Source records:
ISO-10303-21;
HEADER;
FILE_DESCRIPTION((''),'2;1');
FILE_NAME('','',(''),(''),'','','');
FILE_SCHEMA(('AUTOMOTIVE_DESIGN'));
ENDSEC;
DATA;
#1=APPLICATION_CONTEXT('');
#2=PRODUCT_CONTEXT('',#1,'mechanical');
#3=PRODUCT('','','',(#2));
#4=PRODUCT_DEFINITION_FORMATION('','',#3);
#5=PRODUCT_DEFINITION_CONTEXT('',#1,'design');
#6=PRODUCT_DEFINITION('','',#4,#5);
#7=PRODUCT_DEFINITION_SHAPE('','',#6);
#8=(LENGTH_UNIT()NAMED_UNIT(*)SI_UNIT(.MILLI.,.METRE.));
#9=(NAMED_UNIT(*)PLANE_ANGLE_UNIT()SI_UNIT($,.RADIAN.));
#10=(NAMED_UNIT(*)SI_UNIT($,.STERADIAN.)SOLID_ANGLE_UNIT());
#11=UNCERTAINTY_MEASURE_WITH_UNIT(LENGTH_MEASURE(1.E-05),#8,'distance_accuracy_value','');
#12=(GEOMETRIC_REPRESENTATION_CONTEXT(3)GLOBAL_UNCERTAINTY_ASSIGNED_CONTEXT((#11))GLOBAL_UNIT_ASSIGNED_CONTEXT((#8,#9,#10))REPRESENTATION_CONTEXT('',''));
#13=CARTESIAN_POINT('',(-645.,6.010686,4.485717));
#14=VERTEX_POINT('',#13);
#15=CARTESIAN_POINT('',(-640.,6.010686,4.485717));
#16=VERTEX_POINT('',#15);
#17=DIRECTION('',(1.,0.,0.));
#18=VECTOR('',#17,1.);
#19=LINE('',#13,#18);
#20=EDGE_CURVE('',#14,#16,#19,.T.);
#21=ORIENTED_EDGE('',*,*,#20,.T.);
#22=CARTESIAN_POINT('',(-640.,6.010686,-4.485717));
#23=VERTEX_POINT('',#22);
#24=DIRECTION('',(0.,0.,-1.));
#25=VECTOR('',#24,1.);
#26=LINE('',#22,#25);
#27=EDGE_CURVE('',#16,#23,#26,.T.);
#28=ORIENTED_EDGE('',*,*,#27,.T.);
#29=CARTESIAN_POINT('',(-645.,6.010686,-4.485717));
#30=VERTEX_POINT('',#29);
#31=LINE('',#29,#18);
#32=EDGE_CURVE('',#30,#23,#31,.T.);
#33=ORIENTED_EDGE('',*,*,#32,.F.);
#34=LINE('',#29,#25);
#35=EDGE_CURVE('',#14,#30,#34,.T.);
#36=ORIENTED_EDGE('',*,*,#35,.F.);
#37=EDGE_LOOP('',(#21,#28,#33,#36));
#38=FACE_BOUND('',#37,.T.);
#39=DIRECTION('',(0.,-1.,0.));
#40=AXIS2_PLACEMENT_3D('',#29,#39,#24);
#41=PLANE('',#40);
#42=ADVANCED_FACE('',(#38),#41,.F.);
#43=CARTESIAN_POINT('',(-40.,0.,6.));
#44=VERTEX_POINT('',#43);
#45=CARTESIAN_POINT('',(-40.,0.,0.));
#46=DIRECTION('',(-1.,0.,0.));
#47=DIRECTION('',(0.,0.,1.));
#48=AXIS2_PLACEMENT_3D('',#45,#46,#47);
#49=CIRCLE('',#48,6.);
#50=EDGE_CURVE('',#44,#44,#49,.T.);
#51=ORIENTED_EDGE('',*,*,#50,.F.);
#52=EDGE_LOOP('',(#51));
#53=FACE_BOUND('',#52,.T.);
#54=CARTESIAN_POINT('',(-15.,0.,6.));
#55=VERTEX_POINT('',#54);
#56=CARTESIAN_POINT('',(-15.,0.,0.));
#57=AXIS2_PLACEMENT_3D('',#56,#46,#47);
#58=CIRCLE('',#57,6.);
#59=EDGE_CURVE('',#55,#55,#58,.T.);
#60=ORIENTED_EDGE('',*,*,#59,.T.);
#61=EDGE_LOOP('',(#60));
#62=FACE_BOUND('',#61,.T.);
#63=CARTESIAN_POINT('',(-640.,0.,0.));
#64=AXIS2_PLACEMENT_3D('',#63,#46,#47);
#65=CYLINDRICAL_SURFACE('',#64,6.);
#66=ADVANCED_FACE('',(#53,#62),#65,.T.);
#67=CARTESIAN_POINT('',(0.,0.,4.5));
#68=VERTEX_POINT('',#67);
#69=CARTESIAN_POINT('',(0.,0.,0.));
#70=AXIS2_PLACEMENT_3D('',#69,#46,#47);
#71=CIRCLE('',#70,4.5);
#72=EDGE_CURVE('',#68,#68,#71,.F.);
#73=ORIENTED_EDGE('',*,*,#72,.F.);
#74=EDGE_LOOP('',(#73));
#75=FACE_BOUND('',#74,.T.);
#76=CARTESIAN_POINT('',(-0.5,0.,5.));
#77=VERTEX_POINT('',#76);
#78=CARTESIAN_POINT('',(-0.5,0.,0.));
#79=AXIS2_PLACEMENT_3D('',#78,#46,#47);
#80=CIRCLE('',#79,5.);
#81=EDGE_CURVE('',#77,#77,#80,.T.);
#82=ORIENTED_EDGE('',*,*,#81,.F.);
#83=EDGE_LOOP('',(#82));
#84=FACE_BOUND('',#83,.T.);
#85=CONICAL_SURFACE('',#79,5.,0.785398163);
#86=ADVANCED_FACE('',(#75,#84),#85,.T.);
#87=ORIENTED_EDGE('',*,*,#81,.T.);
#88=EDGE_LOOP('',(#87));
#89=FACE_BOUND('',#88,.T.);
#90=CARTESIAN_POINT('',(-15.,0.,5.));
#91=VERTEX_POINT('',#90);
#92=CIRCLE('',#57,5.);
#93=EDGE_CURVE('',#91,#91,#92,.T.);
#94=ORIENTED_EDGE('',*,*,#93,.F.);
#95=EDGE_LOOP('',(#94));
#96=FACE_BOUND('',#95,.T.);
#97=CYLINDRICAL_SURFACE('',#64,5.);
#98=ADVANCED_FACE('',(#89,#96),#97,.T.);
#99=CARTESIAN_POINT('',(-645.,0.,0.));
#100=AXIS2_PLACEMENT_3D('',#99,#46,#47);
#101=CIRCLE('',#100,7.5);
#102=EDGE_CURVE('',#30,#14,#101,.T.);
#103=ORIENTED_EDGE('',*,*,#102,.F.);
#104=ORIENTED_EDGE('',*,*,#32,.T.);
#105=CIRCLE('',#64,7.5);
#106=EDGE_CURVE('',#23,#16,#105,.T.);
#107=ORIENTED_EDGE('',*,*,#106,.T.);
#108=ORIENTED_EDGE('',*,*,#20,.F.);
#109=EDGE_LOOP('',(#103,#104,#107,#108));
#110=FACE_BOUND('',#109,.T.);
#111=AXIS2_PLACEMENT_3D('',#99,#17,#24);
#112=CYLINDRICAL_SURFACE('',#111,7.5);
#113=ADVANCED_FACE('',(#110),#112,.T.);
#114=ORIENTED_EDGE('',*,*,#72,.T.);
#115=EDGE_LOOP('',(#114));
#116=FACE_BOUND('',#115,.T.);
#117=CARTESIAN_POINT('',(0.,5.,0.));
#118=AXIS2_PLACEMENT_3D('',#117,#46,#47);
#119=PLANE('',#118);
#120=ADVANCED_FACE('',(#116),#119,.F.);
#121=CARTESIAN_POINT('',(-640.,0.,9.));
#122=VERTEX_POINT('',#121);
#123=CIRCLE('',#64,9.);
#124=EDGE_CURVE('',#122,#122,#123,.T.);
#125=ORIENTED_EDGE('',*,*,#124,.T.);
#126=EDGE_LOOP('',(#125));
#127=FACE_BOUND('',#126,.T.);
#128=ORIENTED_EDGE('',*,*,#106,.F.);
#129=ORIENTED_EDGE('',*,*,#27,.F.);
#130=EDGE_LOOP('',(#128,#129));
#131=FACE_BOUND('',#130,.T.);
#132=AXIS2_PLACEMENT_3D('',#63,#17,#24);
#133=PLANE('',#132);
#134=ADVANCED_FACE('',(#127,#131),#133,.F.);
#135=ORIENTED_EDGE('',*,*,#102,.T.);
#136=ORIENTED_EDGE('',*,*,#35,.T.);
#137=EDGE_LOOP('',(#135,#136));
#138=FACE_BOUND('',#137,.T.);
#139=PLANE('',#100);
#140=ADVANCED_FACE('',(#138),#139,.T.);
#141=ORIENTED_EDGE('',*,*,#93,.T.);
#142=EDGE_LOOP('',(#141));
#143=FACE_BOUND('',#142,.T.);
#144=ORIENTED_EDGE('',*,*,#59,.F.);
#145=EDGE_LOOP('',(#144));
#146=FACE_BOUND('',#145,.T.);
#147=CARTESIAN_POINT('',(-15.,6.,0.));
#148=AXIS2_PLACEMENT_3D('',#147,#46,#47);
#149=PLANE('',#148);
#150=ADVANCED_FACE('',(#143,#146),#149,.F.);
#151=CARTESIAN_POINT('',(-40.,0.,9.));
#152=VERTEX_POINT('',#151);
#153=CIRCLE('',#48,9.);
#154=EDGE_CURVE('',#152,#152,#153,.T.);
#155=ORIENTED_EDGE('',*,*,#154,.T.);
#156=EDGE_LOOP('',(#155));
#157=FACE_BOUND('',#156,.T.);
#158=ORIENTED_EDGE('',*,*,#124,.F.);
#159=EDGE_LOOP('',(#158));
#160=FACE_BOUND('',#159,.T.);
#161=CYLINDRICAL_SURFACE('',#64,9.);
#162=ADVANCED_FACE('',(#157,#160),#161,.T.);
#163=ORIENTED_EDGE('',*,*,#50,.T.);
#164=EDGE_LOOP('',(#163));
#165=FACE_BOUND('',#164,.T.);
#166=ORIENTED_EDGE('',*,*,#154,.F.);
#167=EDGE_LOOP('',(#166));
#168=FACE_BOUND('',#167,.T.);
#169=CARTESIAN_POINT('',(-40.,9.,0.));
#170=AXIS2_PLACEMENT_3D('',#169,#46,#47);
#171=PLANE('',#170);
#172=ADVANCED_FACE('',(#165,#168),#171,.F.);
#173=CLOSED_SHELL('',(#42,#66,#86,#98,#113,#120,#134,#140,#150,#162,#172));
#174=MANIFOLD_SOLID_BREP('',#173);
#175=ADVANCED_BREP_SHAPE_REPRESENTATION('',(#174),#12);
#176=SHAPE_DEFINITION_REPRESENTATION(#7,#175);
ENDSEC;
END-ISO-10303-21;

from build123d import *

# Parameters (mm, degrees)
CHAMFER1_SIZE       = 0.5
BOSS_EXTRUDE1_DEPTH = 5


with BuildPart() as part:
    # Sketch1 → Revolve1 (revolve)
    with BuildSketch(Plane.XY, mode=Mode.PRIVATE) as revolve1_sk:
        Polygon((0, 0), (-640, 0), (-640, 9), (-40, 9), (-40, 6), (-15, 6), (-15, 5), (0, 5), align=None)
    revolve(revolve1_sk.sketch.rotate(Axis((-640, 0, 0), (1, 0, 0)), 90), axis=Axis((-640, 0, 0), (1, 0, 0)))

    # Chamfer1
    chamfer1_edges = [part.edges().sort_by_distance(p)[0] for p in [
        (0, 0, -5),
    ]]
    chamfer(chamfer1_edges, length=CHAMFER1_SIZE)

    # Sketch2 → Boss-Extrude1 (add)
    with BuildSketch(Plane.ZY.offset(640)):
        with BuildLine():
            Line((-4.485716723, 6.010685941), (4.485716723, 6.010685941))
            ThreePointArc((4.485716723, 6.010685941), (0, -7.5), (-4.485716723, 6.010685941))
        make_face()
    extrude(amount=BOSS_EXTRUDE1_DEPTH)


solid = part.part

---

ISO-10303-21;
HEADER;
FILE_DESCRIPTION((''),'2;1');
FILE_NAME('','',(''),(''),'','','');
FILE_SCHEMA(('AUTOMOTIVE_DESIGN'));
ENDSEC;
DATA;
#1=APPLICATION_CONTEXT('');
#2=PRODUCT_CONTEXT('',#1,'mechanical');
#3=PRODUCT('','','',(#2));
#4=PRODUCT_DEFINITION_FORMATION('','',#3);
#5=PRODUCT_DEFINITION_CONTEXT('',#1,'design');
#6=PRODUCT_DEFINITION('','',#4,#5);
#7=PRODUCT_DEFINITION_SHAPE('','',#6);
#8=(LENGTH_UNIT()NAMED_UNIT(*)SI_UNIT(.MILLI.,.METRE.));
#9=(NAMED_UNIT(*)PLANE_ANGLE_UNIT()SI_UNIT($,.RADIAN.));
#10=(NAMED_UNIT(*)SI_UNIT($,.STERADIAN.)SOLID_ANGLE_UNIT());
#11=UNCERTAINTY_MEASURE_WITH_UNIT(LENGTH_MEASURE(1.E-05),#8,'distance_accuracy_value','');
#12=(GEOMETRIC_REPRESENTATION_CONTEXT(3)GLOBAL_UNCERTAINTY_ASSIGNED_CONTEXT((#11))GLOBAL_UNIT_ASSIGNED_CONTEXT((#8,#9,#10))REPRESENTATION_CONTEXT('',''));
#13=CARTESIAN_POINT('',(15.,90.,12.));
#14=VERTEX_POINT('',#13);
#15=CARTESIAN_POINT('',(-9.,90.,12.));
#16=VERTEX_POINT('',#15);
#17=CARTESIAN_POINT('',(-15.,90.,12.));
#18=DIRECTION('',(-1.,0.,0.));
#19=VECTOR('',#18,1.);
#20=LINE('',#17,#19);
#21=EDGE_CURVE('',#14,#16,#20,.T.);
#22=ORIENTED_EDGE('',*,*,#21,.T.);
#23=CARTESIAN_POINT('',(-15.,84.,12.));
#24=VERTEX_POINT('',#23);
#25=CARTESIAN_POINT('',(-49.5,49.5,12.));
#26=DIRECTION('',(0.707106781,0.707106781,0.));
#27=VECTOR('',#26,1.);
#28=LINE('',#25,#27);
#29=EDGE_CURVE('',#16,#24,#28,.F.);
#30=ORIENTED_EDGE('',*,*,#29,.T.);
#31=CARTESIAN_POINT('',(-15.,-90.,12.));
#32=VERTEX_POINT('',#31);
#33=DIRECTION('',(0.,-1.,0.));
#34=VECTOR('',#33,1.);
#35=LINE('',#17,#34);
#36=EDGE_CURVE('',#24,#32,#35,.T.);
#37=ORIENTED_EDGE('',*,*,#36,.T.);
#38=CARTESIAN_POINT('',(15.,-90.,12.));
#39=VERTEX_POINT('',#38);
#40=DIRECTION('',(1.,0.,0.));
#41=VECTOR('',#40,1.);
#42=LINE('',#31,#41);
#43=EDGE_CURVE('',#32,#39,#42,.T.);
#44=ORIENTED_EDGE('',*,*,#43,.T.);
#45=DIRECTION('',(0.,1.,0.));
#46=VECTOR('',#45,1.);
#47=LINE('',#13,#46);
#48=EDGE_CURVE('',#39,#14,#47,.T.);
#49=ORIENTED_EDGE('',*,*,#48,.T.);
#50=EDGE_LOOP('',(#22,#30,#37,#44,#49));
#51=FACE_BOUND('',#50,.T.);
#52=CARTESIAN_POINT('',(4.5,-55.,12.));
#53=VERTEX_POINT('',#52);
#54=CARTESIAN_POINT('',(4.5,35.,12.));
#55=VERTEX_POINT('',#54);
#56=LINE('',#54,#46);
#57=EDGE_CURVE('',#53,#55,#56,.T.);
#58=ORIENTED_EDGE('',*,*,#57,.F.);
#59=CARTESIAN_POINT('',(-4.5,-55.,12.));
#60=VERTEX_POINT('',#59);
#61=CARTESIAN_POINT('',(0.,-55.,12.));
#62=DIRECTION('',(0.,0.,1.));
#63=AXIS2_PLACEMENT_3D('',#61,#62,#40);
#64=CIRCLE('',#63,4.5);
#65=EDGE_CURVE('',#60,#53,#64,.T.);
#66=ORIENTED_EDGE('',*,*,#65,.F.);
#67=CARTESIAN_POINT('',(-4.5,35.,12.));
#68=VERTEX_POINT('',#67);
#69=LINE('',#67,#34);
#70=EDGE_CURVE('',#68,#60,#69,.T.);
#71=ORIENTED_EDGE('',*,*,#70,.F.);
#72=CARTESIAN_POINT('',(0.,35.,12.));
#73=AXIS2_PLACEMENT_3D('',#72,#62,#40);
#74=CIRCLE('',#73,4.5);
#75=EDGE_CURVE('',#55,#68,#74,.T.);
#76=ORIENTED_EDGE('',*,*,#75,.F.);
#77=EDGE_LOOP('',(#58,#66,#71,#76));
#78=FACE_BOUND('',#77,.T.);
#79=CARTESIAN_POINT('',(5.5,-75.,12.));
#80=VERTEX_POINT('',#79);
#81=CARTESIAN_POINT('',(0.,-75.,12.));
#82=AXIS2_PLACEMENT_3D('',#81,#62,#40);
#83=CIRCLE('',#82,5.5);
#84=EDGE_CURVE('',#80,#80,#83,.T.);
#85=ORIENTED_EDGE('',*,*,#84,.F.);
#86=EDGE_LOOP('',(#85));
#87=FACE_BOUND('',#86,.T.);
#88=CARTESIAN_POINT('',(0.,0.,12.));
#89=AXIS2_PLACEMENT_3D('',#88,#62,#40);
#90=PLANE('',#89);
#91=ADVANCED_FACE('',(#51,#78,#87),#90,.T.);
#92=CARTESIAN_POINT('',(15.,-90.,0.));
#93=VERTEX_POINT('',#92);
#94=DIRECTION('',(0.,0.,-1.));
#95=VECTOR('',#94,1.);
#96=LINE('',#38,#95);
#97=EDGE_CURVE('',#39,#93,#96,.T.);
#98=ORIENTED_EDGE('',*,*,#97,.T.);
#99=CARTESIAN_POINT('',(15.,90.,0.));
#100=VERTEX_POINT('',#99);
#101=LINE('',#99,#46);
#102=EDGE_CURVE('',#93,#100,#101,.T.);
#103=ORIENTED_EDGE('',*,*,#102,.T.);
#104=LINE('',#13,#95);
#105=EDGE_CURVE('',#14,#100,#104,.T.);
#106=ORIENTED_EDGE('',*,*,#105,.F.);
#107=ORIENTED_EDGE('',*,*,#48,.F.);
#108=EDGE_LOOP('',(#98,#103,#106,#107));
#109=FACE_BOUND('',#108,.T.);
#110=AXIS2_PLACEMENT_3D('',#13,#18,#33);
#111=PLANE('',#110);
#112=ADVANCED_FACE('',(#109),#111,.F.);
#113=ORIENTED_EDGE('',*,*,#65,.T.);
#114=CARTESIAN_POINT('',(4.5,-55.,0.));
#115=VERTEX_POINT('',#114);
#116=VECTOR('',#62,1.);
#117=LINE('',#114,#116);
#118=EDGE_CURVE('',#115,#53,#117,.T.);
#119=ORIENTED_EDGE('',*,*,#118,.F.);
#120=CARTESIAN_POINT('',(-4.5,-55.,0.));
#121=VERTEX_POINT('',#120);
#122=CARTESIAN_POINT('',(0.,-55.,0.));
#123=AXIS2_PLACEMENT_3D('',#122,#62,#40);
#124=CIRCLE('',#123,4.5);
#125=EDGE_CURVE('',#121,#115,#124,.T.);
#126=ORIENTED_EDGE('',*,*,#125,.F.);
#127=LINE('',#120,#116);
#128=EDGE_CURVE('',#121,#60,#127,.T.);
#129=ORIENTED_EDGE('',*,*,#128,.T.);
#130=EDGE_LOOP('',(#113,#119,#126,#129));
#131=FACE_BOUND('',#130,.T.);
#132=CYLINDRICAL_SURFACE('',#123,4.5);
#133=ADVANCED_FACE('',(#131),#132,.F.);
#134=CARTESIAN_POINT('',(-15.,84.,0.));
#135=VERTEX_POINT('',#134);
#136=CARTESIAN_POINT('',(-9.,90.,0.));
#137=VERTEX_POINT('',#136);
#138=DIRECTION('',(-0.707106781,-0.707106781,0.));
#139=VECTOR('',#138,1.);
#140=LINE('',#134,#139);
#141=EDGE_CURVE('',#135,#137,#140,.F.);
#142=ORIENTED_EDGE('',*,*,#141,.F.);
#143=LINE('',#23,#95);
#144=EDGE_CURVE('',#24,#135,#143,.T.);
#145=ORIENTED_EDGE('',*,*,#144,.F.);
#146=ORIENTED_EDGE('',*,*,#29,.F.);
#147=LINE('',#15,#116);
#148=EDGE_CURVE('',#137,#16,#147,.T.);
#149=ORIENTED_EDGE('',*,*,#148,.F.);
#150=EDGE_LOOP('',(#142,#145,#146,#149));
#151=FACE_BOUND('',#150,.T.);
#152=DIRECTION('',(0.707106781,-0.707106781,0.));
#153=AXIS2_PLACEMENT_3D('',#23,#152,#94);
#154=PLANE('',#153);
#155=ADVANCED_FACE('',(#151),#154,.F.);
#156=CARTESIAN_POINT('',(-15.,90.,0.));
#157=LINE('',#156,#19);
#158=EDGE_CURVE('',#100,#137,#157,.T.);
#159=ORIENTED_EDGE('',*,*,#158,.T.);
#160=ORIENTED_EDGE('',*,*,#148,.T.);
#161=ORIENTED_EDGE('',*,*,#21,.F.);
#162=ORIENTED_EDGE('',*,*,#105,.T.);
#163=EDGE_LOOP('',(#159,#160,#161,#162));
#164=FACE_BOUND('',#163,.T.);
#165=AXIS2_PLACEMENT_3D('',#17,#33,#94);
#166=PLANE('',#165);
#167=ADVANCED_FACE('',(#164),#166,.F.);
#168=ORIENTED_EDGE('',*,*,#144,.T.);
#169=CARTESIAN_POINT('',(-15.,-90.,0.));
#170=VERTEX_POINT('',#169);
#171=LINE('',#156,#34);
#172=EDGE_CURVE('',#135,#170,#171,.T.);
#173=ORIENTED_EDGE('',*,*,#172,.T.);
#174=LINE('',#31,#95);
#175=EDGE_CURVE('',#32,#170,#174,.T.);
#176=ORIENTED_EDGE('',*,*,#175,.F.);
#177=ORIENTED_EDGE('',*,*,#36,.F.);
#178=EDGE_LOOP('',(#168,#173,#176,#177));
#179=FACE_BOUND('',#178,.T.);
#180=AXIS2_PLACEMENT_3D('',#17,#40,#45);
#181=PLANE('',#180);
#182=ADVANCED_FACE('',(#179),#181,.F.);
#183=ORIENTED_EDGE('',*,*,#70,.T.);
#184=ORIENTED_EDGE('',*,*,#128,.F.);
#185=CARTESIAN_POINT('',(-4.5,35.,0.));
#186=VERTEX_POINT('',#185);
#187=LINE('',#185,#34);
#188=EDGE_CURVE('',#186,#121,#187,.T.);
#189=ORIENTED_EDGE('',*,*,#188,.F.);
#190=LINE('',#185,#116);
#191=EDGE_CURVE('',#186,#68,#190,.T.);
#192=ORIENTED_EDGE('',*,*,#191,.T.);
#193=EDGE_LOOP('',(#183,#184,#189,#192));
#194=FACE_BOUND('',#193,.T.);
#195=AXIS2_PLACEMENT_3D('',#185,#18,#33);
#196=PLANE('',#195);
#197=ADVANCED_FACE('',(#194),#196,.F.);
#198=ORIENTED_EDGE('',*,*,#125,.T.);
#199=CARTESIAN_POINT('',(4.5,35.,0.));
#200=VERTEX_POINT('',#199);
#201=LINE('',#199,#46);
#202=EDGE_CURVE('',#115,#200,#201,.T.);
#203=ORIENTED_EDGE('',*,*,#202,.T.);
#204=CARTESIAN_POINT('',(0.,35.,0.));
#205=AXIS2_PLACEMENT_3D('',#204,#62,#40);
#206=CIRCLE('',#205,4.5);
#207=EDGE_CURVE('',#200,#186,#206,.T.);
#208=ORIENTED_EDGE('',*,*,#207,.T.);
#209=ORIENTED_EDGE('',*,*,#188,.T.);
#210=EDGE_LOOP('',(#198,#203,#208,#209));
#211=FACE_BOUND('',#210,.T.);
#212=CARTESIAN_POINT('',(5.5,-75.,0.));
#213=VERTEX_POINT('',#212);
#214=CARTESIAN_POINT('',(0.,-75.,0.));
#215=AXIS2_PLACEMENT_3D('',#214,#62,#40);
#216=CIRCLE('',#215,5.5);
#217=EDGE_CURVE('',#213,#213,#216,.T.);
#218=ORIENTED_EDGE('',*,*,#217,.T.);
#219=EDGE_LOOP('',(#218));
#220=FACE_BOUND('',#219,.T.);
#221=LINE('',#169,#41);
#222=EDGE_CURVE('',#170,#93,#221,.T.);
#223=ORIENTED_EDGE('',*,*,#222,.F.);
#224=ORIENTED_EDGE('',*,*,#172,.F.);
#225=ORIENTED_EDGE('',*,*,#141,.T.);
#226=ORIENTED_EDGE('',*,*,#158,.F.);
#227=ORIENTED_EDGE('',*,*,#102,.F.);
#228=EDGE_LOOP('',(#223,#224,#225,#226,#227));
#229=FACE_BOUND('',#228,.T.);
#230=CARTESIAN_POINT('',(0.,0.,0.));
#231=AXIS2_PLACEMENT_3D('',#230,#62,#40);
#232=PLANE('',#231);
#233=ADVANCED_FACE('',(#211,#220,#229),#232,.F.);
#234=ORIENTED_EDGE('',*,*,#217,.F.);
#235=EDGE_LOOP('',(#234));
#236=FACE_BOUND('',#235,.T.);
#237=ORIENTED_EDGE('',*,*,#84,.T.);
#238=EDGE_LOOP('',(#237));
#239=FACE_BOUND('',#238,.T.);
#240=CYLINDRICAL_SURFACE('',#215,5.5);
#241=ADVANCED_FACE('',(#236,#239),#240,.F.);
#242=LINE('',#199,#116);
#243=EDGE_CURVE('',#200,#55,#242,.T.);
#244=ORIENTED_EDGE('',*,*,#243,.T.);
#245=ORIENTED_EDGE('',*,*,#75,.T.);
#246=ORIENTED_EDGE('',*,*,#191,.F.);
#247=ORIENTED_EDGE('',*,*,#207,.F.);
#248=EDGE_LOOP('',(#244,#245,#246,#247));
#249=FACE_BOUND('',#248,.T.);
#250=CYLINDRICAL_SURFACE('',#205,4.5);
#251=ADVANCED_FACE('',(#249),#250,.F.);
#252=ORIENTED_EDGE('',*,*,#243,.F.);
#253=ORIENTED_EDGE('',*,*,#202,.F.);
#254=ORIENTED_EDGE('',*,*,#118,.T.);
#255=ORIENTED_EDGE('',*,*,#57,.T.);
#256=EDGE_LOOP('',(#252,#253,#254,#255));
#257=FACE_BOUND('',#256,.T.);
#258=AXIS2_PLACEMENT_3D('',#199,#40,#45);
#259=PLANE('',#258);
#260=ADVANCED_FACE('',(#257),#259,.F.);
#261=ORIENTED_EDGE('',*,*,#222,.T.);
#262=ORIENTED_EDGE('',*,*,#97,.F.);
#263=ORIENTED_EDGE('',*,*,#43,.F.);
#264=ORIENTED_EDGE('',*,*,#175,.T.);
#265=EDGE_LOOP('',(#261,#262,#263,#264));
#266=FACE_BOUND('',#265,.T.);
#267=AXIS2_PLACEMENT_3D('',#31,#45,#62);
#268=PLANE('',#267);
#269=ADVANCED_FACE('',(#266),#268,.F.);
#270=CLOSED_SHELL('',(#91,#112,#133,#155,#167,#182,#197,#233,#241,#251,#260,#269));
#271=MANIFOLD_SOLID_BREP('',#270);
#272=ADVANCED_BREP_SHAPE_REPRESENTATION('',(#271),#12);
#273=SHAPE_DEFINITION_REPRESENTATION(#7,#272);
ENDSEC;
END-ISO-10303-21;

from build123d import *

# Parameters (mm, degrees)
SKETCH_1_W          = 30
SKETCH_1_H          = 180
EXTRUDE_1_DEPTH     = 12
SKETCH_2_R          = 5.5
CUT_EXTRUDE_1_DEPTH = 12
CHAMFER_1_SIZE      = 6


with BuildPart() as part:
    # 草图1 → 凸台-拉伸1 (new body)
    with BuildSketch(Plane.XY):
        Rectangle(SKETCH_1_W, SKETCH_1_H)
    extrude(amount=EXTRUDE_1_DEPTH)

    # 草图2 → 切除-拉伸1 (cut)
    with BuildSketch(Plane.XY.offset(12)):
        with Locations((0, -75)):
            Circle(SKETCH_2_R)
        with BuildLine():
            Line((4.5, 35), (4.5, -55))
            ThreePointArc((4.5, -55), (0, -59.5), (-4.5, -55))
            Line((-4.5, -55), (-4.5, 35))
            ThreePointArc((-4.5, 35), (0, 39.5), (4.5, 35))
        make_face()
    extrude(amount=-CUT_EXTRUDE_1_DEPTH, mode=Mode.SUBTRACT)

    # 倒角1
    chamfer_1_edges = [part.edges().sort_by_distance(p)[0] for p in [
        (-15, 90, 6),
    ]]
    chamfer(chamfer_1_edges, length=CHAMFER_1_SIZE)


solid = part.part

# DESCRIPTION OF THE TASK:
Please transcribe exactly the lines above from the line that has "#22=CARTESIAN_POINT('',(-640.,6.010686,-4.485717));" up to and including the line that has "#35=EDGE_CURVE('',#14,#30,#34,.T.);"; no other line belongs in the answer.

# SOLUTION FOR THIS TASK:
#22=CARTESIAN_POINT('',(-640.,6.010686,-4.485717));
#23=VERTEX_POINT('',#22);
#24=DIRECTION('',(0.,0.,-1.));
#25=VECTOR('',#24,1.);
#26=LINE('',#22,#25);
#27=EDGE_CURVE('',#16,#23,#26,.T.);
#28=ORIENTED_EDGE('',*,*,#27,.T.);
#29=CARTESIAN_POINT('',(-645.,6.010686,-4.485717));
#30=VERTEX_POINT('',#29);
#31=LINE('',#29,#18);
#32=EDGE_CURVE('',#30,#23,#31,.T.);
#33=ORIENTED_EDGE('',*,*,#32,.F.);
#34=LINE('',#29,#25);
#35=EDGE_CURVE('',#14,#30,#34,.T.);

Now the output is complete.